Given that, the full attack is three lines:

  1. Attenuate the LoRA delta in weight space.
    W' = W_base + λ · (W_defended − W_base) with λ = 0.3.
    This weakens the defense's ability to reconstruct the refusal direction from its trained backup pathways without restoring the base model.
  2. Standard single-direction abliteration on the attenuated weights.
    mean-diff vector, direct steering mode, projected abliteration, 60 Optuna trials.
  3. Merge + export.

No iterative subspace, no gradient-based optimization, no fine-tuning. ~2 hours end-to-end on a single RTX 6000 Ada.

Why I think the defense doesn't cover this case

Reading §4.2–4.3 and Equation 7 carefully: the training loss penalizes the model for failing to output the safe response y when the inference-time hidden state is modified by h − r̂ r̂ᵀ h. The model learns to keep the refusal direction in the residual stream robustly under that specific intervention, which is why direct abliteration (and the Refusal-Transfer baseline you tested) drops to 0.4% ASR.

What the loss does not see during training is the case where the weights themselves are mechanically attenuated before the forward pass starts. Under λ = 0.3, the rebuilt-refusal machinery in the LoRA delta is running at 30% strength from the first layer onward, before any r̂ r̂ᵀ h intervention is applied. This weight-space perturbation lives outside the intervention distribution the probabilistic ablation loss samples from, and standard linear abliteration can then find and subtract what's left.
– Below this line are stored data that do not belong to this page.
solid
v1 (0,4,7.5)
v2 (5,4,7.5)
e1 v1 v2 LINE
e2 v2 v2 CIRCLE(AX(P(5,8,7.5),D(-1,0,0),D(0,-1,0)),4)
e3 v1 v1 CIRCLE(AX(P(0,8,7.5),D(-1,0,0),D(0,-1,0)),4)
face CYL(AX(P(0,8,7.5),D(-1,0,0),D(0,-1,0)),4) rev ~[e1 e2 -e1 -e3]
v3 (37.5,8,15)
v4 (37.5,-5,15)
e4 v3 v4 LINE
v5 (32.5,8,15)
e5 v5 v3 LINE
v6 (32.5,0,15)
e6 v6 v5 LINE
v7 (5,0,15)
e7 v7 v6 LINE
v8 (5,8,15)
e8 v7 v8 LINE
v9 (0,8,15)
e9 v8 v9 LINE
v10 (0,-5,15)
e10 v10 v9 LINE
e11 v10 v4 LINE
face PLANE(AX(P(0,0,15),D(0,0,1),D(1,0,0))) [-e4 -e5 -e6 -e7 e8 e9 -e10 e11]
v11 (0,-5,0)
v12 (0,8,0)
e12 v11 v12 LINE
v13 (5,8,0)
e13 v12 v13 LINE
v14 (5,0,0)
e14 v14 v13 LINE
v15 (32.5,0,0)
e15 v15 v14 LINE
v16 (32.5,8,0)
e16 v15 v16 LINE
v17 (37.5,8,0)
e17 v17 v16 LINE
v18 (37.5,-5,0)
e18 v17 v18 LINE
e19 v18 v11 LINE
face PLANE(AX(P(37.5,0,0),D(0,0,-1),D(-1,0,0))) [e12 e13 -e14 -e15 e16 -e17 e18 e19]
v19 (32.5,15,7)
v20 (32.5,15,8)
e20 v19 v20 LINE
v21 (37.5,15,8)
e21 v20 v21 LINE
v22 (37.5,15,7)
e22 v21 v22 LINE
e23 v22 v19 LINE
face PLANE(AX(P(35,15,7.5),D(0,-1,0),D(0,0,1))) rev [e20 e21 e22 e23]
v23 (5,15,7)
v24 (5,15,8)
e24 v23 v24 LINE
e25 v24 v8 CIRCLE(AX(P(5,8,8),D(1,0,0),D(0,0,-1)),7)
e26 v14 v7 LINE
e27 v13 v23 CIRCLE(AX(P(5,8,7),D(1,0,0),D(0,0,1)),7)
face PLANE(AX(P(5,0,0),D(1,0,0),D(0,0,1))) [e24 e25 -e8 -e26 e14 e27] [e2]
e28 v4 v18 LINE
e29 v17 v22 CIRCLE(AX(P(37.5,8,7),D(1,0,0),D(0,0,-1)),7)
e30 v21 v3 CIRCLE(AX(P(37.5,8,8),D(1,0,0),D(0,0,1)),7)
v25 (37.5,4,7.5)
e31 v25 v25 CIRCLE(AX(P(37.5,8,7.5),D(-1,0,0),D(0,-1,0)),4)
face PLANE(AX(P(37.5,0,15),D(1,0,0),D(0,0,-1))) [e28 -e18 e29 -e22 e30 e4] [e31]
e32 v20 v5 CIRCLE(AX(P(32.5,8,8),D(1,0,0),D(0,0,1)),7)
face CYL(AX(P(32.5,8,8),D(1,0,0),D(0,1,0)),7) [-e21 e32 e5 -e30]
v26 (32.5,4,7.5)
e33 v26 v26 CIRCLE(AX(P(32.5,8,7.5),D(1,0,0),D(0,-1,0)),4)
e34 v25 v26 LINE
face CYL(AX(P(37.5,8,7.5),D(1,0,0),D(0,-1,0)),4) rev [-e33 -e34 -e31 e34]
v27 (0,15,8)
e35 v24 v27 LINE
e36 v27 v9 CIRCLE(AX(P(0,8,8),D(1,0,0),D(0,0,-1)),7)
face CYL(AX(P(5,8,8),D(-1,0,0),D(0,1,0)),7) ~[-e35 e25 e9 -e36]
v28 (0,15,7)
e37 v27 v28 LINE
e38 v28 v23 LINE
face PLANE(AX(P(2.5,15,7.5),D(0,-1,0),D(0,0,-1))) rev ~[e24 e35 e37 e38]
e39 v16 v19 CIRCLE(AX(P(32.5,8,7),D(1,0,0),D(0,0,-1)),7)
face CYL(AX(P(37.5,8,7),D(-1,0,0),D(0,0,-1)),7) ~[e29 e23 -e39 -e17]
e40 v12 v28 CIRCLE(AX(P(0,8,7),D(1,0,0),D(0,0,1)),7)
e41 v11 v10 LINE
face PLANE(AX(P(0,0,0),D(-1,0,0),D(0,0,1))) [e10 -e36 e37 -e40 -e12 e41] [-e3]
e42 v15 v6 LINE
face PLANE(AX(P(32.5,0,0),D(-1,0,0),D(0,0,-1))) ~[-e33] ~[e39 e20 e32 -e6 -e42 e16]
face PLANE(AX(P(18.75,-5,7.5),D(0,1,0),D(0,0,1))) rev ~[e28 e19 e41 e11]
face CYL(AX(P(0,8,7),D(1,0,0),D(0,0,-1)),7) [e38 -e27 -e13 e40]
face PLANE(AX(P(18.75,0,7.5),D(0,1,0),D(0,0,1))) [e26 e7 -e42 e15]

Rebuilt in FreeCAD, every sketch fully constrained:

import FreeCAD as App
import Part
import Sketcher

V = App.Vector
Q = App.Units.Quantity


def edges_at(feature, points):
    """Names of the edges that pass closest to the given points."""
    edges = feature.Shape.Edges
    near = lambda p: min(range(len(edges)), key=lambda i: edges[i].distToShape(Part.Vertex(*p))[0])
    return sorted({f"Edge{near(p) + 1}" for p in points})

doc = App.newDocument("Part")
body = doc.addObject("PartDesign::Body", "Body")

sketch1 = body.newObject("Sketcher::SketchObject", "Sketch")
sketch1.AttachmentSupport = (doc.getObject("XZ_Plane"), [""])
sketch1.MapMode = "FlatFace"
sketch1.addGeometry(Part.LineSegment(V(0, 0, 0), V(37.5, 0, 0)), False)
sketch1.addGeometry(Part.LineSegment(V(37.5, 0, 0), V(37.5, 15, 0)), False)
sketch1.addGeometry(Part.LineSegment(V(37.5, 15, 0), V(0, 15, 0)), False)
sketch1.addGeometry(Part.LineSegment(V(0, 15, 0), V(0, 0, 0)), False)
sketch1.addConstraint(Sketcher.Constraint("Coincident", 0, 2, 1, 1))
sketch1.addConstraint(Sketcher.Constraint("Coincident", 1, 2, 2, 1))
sketch1.addConstraint(Sketcher.Constraint("Coincident", 2, 2, 3, 1))
sketch1.addConstraint(Sketcher.Constraint("Coincident", 3, 2, 0, 1))
sketch1.addConstraint(Sketcher.Constraint("Horizontal", 0))
sketch1.addConstraint(Sketcher.Constraint("Vertical", 1))
sketch1.addConstraint(Sketcher.Constraint("Horizontal", 2))
sketch1.addConstraint(Sketcher.Constraint("Vertical", 3))
sketch1.addConstraint(Sketcher.Constraint("Coincident", 3, 2, -1, 1))
sketch1.addConstraint(Sketcher.Constraint("DistanceY", 1, 1, 1, 2, Q("15 mm")))
sketch1.addConstraint(Sketcher.Constraint("DistanceX", 0, 1, 0, 2, Q("37.5 mm")))
pad1 = body.newObject("PartDesign::Pad", "Pad")
pad1.Profile = sketch1
pad1.Length = 5

sketch2 = body.newObject("Sketcher::SketchObject", "Sketch001")
sketch2.AttachmentSupport = (doc.getObject("XZ_Plane"), [""])
sketch2.MapMode = "FlatFace"
sketch2.addGeometry(Part.LineSegment(V(5, 15, 0), V(5, 0, 0)), False)
sketch2.addGeometry(Part.LineSegment(V(5, 0, 0), V(0, 0, 0)), False)
sketch2.addGeometry(Part.LineSegment(V(0, 0, 0), V(0, 15, 0)), False)
sketch2.addGeometry(Part.LineSegment(V(0, 15, 0), V(5, 15, 0)), False)
sketch2.addConstraint(Sketcher.Constraint("Coincident", 0, 2, 1, 1))
sketch2.addConstraint(Sketcher.Constraint("Coincident", 1, 2, 2, 1))
sketch2.addConstraint(Sketcher.Constraint("Coincident", 2, 2, 3, 1))
sketch2.addConstraint(Sketcher.Constraint("Coincident", 3, 2, 0, 1))
sketch2.addConstraint(Sketcher.Constraint("Vertical", 0))
sketch2.addConstraint(Sketcher.Constraint("Horizontal", 1))
sketch2.addConstraint(Sketcher.Constraint("Vertical", 2))
sketch2.addConstraint(Sketcher.Constraint("Horizontal", 3))
sketch2.addConstraint(Sketcher.Constraint("Coincident", 1, 2, -1, 1))
sketch2.addConstraint(Sketcher.Constraint("DistanceX", 1, 2, 1, 1, Q("5 mm")))
sketch2.addConstraint(Sketcher.Constraint("DistanceY", 0, 2, 0, 1, Q("15 mm")))
pad2 = body.newObject("PartDesign::Pad", "Pad001")
pad2.Profile = sketch2
pad2.Length = 15
pad2.Reversed = True

sketch3 = body.newObject("Sketcher::SketchObject", "Sketch002")
sketch3.AttachmentSupport = (doc.getObject("YZ_Plane"), [""])
sketch3.MapMode = "FlatFace"
sketch3.addGeometry(Part.Circle(V(8, 7.5, 0), V(0, 0, 1), 4), False)
sketch3.addConstraint(Sketcher.Constraint("Diameter", 0, Q("8 mm")))
sketch3.addConstraint(Sketcher.Constraint("DistanceX", -1, 1, 0, 3, Q("8 mm")))
sketch3.addConstraint(Sketcher.Constraint("DistanceY", -1, 1, 0, 3, Q("7.5 mm")))
pocket1 = body.newObject("PartDesign::Pocket", "Pocket")
pocket1.Profile = sketch3
pocket1.Type = "ThroughAll"
pocket1.Reversed = True
doc.recompute()

fillet = body.newObject("PartDesign::Fillet", "Fillet")
fillet.Base = (pocket1, edges_at(pocket1, [(2.5, 15, 15), (2.5, 15, 0)]))
fillet.Radius = 7
doc.recompute()

datumplane = body.newObject("PartDesign::Plane", "DatumPlane")
datumplane.AttachmentSupport = (doc.getObject("YZ_Plane"), [""])
datumplane.MapMode = "FlatFace"
datumplane.AttachmentOffset = App.Placement(V(0, 0, 18.75), App.Rotation())
mirrored = body.newObject("PartDesign::Mirrored", "Mirrored")
mirrored.Originals = [pad2, pocket1]
mirrored.MirrorPlane = (datumplane, [""])
body.Tip = mirrored
doc.recompute()

fillet2 = body.newObject("PartDesign::Fillet", "Fillet001")
fillet2.Base = (mirrored, edges_at(mirrored, [(35, 15, 15), (35, 15, 0)]))
fillet2.Radius = 7

doc.recompute()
I don't think this contradicts the paper's core claim — probabilistic direction ablation genuinely does make the model more robust against representation-engineering attacks applied at the same weights the model was trained with. But it does mean that once the defended weights can be mechanically interpolated with the base weights, the defense unlocks.

A few constructive thoughts for future work

Take or leave as interesting; you've obviously thought about this space much more than I have.

  1. Train with weight-space perturbations in addition to representation-space perturbations. Something like sampling a random LoRA-shape weight perturbation at each step and including it in the forward pass, so the training distribution covers the "scaled LoRA delta" manifold.
  2. Release the defender as a LoRA adapter rather than a merged model, so an attacker has to know where the defense lives. Merging it into the base weights makes W_defended − W_base a trivial computation for anyone with the two checkpoints.
  3. Evaluate under a stricter judge for the headline numbers. When I re-ran the AdvBench baseline with Gemini 3.1 Flash Lite vs. a keyword classifier, the defended model's own compliance/refusal counts shifted noticeably — a stronger judge closes the "soft compliance" loophole and gives a more honest lower bound on ASR.
  4. A stronger version of the weight-space attack might combine λ-attenuation with the iterative multi-pass subspace abliteration that abliterix now also ships. I didn't need it here, but it could help if a future version of DeepRefusal patches the simple attenuation path.

Happy to discuss any of this further, and happy to co-write a follow-up or supplementary note if you'd like to include the result in a revision. The entire pipeline is reproducible from the abliterix repo — see the linked commit and issue for the config file and Optuna checkpoint format used to pick the winning trial.

Thanks again for the paper and for making the defended checkpoint public — it's exactly the kind of release that makes this sort of red-teaming possible in the first place.